## Data to use:

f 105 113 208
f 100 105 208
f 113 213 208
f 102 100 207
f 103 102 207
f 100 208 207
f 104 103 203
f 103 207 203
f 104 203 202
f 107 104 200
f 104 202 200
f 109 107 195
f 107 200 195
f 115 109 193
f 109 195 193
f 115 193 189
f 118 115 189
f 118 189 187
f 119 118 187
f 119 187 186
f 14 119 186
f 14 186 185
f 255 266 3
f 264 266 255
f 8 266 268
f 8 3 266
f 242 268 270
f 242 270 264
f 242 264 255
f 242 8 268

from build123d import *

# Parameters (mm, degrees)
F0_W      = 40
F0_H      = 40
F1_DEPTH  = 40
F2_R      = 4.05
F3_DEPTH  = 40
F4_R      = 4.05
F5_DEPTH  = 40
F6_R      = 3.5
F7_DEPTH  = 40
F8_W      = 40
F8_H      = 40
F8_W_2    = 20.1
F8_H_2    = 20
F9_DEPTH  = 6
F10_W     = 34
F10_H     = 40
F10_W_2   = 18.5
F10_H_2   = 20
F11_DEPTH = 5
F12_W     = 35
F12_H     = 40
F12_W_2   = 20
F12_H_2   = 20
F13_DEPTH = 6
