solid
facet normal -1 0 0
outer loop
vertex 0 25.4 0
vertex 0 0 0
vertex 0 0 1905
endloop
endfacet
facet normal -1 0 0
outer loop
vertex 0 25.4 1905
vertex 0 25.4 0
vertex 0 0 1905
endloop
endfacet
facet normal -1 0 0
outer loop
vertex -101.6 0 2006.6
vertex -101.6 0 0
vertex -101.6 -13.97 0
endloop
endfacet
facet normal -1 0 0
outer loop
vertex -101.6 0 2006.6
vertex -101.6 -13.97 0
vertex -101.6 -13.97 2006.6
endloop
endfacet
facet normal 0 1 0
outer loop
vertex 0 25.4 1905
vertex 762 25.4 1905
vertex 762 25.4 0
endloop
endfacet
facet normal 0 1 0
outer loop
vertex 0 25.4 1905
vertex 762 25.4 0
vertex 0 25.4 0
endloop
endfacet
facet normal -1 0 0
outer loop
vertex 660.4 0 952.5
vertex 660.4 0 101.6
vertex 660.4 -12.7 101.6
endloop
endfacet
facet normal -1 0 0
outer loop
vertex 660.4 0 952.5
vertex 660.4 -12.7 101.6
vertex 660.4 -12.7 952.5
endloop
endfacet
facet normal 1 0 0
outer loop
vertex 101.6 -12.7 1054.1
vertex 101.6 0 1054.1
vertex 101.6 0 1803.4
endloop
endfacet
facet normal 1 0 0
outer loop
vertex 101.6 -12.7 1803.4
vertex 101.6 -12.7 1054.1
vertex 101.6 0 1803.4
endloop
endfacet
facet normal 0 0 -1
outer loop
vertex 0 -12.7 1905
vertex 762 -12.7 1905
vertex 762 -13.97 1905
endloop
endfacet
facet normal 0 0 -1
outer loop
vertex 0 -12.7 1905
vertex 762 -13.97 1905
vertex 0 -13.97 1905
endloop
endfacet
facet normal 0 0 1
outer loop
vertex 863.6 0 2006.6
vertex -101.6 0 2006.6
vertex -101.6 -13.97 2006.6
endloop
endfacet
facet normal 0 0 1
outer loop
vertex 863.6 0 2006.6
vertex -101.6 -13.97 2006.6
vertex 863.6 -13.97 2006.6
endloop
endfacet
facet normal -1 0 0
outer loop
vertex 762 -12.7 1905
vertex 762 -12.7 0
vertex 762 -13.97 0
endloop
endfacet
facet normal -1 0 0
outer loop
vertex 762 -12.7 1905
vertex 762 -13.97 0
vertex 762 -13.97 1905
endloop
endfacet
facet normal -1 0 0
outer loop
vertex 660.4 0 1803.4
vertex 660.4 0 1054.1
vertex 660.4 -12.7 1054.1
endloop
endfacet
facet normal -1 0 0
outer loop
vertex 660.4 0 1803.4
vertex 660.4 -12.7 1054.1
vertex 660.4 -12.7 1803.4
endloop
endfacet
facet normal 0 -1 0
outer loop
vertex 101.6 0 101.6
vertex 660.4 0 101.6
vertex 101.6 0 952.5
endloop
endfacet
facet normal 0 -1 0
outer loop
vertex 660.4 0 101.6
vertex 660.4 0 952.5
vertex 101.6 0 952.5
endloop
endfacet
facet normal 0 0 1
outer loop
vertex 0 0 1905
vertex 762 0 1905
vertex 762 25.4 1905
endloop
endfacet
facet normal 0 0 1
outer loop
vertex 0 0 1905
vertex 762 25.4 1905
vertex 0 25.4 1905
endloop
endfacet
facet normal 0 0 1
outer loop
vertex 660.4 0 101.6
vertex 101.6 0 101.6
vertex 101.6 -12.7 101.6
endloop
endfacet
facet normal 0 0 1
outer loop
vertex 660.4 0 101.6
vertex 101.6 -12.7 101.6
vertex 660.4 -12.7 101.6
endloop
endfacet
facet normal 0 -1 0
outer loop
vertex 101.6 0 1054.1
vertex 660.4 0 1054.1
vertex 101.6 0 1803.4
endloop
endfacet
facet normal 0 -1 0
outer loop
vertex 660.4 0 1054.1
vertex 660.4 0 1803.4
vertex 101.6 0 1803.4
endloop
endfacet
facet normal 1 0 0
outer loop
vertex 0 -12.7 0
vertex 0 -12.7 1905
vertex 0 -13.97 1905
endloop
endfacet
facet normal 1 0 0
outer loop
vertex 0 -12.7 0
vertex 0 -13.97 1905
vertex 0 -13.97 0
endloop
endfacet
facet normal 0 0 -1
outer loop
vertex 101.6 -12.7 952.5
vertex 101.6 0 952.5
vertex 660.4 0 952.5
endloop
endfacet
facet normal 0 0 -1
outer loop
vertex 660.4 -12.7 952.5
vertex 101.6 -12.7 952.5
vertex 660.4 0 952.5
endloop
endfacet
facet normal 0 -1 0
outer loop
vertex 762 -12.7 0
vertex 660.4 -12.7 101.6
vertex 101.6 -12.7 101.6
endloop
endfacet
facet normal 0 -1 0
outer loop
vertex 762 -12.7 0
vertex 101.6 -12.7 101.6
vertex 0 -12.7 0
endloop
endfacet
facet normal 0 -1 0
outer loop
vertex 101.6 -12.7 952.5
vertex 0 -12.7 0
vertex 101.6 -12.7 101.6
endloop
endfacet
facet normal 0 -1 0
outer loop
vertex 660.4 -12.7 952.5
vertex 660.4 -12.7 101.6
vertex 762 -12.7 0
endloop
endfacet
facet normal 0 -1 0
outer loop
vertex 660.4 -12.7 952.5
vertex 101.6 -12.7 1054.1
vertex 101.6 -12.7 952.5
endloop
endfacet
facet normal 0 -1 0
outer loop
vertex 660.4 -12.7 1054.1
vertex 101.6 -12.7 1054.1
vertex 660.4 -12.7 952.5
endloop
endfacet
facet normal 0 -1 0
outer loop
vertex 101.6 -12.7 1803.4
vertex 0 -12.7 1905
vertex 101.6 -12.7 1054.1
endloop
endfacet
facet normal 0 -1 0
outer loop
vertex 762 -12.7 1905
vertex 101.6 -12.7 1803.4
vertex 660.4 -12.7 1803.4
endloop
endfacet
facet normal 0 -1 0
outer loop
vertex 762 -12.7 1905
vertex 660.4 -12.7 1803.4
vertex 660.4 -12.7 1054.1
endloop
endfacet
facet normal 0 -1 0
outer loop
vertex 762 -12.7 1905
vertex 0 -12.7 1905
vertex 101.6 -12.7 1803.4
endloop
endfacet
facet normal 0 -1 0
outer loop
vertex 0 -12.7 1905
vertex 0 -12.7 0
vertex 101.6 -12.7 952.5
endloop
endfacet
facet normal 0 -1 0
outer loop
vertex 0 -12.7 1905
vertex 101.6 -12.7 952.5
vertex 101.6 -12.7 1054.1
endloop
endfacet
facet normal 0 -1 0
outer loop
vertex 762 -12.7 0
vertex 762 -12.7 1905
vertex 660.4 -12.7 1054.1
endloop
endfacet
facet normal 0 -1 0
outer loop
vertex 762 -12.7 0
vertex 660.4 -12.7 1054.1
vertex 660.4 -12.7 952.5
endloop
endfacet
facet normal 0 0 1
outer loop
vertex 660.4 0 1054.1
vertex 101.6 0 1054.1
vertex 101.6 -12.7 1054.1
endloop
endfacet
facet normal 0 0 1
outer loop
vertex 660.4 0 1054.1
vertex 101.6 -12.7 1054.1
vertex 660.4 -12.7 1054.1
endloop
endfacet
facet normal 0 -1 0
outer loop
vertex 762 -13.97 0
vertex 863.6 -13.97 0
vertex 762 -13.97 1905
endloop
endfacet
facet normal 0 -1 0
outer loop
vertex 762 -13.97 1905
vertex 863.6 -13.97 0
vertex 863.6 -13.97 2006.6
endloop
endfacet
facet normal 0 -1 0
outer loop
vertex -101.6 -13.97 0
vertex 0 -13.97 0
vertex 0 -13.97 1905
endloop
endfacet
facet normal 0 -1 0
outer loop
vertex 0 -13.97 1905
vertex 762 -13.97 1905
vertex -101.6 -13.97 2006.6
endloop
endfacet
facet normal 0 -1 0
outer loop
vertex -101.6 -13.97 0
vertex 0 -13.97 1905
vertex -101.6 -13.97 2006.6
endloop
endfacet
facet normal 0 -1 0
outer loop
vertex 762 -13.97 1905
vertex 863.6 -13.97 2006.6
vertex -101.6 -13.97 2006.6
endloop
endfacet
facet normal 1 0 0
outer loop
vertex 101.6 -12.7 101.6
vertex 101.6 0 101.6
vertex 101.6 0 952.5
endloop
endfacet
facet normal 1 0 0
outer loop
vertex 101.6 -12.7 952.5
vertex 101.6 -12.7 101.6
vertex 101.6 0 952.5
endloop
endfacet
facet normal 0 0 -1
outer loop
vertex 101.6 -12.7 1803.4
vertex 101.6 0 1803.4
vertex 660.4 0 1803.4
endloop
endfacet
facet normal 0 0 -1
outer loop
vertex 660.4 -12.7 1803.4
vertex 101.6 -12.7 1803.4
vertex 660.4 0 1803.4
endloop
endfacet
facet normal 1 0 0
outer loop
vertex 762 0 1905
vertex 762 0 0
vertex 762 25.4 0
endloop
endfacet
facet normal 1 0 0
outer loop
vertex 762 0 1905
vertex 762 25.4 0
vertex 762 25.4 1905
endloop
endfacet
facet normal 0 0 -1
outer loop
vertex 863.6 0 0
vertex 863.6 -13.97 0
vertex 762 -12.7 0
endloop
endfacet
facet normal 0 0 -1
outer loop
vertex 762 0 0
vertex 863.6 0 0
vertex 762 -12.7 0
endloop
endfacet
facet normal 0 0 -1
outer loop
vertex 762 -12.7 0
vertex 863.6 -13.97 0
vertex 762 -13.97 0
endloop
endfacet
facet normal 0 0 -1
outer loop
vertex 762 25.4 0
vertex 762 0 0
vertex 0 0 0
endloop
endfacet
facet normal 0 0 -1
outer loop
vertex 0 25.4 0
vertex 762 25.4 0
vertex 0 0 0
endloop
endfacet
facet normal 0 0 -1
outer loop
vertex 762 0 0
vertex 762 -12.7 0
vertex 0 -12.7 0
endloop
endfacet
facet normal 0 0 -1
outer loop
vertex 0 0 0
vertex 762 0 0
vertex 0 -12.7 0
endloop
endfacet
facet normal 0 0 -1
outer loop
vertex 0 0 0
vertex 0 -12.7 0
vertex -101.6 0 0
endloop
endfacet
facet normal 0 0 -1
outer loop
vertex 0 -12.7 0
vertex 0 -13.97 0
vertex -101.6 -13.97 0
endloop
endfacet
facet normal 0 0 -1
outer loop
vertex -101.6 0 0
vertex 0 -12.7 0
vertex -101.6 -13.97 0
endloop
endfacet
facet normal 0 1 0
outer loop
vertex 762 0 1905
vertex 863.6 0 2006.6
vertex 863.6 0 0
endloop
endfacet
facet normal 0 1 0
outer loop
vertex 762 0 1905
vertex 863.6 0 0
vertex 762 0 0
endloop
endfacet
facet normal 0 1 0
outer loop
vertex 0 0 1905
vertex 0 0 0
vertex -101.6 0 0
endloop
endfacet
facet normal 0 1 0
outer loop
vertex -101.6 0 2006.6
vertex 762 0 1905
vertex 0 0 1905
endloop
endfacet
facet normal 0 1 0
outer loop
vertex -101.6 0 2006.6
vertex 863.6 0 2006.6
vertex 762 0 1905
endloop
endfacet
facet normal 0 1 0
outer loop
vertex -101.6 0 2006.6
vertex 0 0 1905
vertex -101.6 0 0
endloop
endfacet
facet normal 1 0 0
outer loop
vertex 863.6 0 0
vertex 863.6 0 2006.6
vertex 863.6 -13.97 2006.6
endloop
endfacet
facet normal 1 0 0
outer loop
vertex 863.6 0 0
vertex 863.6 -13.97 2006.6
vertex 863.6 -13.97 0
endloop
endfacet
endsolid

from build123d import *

# Parameters (mm, degrees)
F0_W     = 762
F0_H     = 1905
F0_W_2   = 558.8
F0_H_2   = 850.9
F0_H_3   = 749.3
F1_DEPTH = 12.7
F3_DEPTH = 13.97
F4_W     = 762
F4_H     = 1905
F5_DEPTH = 25.4


with BuildPart() as f1:
    # F0 (on Front) → F1 (new body)
    with BuildSketch(Plane.XZ):
        with Locations((381, 952.5)):
            Rectangle(F0_W, F0_H)
        with Locations((381, 527.05)):
            Rectangle(F0_W_2, F0_H_2, mode=Mode.SUBTRACT)
        with Locations((381, 1428.75)):
            Rectangle(F0_W_2, F0_H_3, mode=Mode.SUBTRACT)
    extrude(amount=F1_DEPTH)

    # F2 (on face) → F3 (join)
    with BuildSketch(Plane(origin=(0, 0, 0), x_dir=(-1, 0, 0), z_dir=(0, 1, 0))):
        Polygon((0, 1905), (0, 0), (101.6, 0), (101.6, 2006.6), (-863.6, 2006.6), (-863.6, 0), (-762, 0), (-762, 1905), align=None)
    extrude(amount=-F3_DEPTH)

    # F4 (on face) → F5 (join)
    with BuildSketch(Plane(origin=(0, 0, 0), x_dir=(-1, 0, 0), z_dir=(0, 1, 0))):
        with Locations((-381, 952.5)):
            Rectangle(F4_W, F4_H)
    extrude(amount=F5_DEPTH)


solid = f1.part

## Exercise brief:
Please transcribe the data above without changes, from its first line to its "f 264 266 255" line, and leave out anything past that.

## Answer area:
f 105 113 208
f 100 105 208
f 113 213 208
f 102 100 207
f 103 102 207
f 100 208 207
f 104 103 203
f 103 207 203
f 104 203 202
f 107 104 200
f 104 202 200
f 109 107 195
f 107 200 195
f 115 109 193
f 109 195 193
f 115 193 189
f 118 115 189
f 118 189 187
f 119 118 187
f 119 187 186
f 14 119 186
f 14 186 185
f 255 266 3
f 264 266 255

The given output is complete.